A:4時間待機させた後に印刷してもノズル抜けが全くなかったが、6時間待機させた後に印刷すると、ノズル抜けが1本以上発生していた。
B:2時間待機させた後に印刷してもノズル抜けが全くなかったが、4時間待機させた後に印刷すると、ノズル抜けが1本以上発生していた。

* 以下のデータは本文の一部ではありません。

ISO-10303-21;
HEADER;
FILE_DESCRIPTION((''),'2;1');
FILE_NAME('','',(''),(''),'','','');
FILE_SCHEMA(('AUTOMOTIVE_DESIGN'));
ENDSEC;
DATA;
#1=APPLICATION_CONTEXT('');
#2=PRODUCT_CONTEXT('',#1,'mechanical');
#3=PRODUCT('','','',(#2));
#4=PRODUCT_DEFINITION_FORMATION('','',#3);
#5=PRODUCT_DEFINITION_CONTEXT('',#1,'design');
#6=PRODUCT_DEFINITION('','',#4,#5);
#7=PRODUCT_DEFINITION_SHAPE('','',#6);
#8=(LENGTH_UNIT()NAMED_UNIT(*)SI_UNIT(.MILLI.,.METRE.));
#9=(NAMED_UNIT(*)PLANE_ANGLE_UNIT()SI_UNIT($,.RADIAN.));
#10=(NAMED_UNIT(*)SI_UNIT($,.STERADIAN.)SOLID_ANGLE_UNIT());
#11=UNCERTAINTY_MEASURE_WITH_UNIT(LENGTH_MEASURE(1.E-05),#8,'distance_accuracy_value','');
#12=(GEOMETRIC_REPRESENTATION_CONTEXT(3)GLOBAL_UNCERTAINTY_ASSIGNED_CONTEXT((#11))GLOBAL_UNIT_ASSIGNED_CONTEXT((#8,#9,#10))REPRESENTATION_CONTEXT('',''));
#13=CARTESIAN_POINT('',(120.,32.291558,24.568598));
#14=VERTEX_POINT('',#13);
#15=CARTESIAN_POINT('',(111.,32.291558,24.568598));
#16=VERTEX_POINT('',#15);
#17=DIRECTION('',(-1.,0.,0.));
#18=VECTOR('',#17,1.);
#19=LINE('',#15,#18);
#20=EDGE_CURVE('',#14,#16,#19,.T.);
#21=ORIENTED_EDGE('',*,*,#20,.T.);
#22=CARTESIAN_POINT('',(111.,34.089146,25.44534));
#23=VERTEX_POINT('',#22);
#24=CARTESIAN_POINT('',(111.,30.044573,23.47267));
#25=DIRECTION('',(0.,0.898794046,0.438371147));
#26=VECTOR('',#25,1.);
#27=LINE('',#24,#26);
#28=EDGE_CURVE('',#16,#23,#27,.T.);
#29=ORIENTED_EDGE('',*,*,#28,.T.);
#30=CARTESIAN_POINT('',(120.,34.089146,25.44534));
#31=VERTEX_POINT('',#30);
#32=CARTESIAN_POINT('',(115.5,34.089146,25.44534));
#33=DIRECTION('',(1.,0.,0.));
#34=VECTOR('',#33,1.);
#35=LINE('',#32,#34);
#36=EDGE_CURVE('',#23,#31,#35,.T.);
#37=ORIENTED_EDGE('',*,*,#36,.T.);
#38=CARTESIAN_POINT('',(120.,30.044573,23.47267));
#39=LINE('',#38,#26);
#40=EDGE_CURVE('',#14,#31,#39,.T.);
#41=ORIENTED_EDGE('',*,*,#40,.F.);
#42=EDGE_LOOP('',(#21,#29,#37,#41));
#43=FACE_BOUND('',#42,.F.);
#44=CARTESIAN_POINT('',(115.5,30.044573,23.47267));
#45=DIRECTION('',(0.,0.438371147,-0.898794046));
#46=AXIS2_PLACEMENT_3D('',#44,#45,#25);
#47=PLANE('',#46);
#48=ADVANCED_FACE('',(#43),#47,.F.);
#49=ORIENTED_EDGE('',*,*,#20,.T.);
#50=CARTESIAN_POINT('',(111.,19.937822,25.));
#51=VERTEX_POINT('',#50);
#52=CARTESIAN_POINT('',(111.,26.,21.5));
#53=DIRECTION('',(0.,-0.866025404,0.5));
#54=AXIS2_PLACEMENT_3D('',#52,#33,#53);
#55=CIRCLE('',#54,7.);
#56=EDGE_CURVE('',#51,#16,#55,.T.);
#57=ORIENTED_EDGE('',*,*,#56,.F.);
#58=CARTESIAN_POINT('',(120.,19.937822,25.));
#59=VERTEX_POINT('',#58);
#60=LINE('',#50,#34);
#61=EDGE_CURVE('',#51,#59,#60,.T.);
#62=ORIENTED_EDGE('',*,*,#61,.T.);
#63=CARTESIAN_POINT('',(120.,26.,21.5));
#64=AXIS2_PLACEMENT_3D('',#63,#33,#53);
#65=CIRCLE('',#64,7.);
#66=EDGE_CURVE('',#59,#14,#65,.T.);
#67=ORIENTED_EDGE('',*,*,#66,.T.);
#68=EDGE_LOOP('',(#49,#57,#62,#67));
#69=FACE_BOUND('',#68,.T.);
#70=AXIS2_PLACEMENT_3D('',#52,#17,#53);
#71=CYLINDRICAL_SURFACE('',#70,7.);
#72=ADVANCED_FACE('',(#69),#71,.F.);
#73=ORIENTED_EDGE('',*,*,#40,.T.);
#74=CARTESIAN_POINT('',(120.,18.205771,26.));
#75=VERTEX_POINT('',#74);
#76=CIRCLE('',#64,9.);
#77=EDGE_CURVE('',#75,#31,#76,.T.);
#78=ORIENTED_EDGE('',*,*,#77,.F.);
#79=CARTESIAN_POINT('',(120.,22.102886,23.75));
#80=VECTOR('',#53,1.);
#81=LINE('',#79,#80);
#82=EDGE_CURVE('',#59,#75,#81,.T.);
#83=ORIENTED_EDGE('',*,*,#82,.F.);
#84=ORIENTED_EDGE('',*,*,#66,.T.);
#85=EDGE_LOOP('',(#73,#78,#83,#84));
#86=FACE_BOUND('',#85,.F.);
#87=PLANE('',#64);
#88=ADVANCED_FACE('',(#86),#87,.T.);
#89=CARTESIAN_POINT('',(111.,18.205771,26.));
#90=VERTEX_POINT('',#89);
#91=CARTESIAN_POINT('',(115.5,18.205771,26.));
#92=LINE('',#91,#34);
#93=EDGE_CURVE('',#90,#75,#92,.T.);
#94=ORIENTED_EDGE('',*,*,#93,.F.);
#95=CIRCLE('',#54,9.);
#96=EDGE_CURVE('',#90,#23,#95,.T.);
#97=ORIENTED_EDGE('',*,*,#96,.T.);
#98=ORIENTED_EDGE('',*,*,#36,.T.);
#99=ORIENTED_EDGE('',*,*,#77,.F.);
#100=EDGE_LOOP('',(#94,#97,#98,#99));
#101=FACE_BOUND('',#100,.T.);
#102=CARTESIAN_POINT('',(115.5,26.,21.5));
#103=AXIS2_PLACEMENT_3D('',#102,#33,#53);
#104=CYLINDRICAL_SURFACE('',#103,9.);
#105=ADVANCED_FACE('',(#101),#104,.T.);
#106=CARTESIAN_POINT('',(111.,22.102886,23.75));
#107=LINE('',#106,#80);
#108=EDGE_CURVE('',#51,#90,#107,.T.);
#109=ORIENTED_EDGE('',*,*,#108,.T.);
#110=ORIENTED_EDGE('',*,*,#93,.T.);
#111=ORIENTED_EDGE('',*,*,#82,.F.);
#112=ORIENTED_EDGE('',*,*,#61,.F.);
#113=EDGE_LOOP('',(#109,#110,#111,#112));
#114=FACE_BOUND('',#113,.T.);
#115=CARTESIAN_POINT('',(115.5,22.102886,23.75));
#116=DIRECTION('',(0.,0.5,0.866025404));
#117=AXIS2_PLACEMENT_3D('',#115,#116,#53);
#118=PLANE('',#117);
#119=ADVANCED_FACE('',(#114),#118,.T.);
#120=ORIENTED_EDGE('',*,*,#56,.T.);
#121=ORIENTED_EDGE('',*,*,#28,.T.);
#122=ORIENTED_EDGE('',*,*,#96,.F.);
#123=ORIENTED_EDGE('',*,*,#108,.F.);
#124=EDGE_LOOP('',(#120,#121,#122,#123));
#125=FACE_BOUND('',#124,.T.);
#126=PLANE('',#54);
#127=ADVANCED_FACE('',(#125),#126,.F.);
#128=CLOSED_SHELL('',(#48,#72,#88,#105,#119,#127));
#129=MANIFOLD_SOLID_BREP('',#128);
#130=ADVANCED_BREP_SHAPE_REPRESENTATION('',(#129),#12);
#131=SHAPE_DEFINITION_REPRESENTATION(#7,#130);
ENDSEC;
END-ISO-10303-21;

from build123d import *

# Parameters (mm, degrees)
CYLINDER103_R          = 7
CYLINDER103_DEPTH      = 9
CYLINDER104_W          = 9
CYLINDER104_H          = 9
CYLINDER104_ANGLE      = 236
CUT006_ROLL_ANGLE      = -90
CUT006_PITCH_ANGLE     = -30
CUT006_PLACEMENT_ANGLE = -90


with BuildPart() as syringe_hole:
    # Cylinder103 → Cylinder103 (new body)
    with BuildSketch(Plane.XY):
        Circle(CYLINDER103_R)
    extrude(amount=CYLINDER103_DEPTH)


with BuildPart() as syringe_hole_cut:
    # Cylinder104 → Cylinder104 (revolve)
    with BuildSketch(Plane.XZ):
        with Locations((4.5, 4.5)):
            Rectangle(CYLINDER104_W, CYLINDER104_H)
    revolve(axis=Axis((0, 0, 0), (0, 0, 1)), revolution_arc=CYLINDER104_ANGLE)

    # Cut006: cut syringe hole
    add(syringe_hole.part, mode=Mode.SUBTRACT)


with BuildPart() as syringe_hole_cut_1:
    # Cut006 roll: moved
    add(syringe_hole_cut.part.rotate(Axis((0, 0, 0), (1, 0, 0)), CUT006_ROLL_ANGLE))


with BuildPart() as syringe_hole_cut_2:
    # Cut006 pitch: moved
    add(syringe_hole_cut_1.part.rotate(Axis((0, 0, 0), (0, 1, 0)), CUT006_PITCH_ANGLE))


with BuildPart() as syringe_hole_cut_3:
    # Cut006 placement: moved
    add(syringe_hole_cut_2.part.moved(Location((111, 26, 21.5))).rotate(Axis((111, 26, 21.5), (0, 0, 1)), CUT006_PLACEMENT_ANGLE))


solid = syringe_hole_cut_3.part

C:1時間待機させた後に印刷するとノズル抜けが1〜9本発生していた。
D:1時間待機させた後に印刷するとノズル抜けが10本以上発生していた。
【0174】
<インクジェットインキセットの混色滲みの評価>
表10〜11に記載されたインキの組み合わせをインキセットとして、京セラ社製ヘッド(QA06NTB)を搭載したインクジェット吐出装置に充填した。周波数30kHz、600×600dpiの印字条件で、難吸収性基材上にインキを吐出させることでカラーチャート画像(シアン、マゼンタ、イエローの3色を、それぞれ10%刻みで掛け合わせたパッチを配列したもの)の印刷を行った。印刷後、60℃エアオーブンを用いて3分間乾燥させた後、印刷物の混色滲みについて目視及びルーペを用いて評価を行った。評価基準は下記のとおりであり、AA、A、B評価を実用可能領域とした。また前記難吸収性基材として、王子製紙社製のOKトップコート+(米坪量104.7g/m
2)、及び、フタムラ化学社製のFOR#20(二軸延伸ポリプロピレンフィルム、厚さ20μm)を使用した。
AA:ルーペ及び目視で混色滲みが見られなかった。
A:ルーペでは僅かに混色滲みが見られたが、目視で混色滲みが見られなかった。
B:目視で僅かに混色滲みが見られた。
C:目視で明らかに混色滲みが見られた。
【0175】
<インクジェットインキセットの色相の評価>
表10〜11に記載されたインキの組み合わせをインキセットとして、上記の印刷方法によって作成した印刷物の色相について分光測色計(X−rite社製)を用いて測色することにより評価した。評価は枚葉印刷用ジャパンカラー2011によって定められている色再現領域と比較することにより行った。評価基準は下記のとおりであり、AA、A、B評価を実用可能領域とした。
AA:ジャパンカラー以上の色再現領域であった。
A:ジャパンカラーと同等の色再現領域であった。
B:ジャパンカラーに僅かに満たない色再現領域であった。
C:ジャパンカラーよりも非常に狭い色再現領域であった。
【0176】
以上より、本発明のインクジェット用マゼンタインキは、難吸収性基材に対するインクジェット印刷において、濃淡ムラや白抜けがなく、高光沢かつ鮮明な画像が得られ、長期待機させた後の吐出安定性に優れており、更に、高速印刷であっても優れた乾燥性を得られることがわかった。また、本発明のインクジェット用マゼンタインキを含むインキセットにより、難吸収性基材において、混色滲みを抑制し高い色再現性を実現できることがわかった。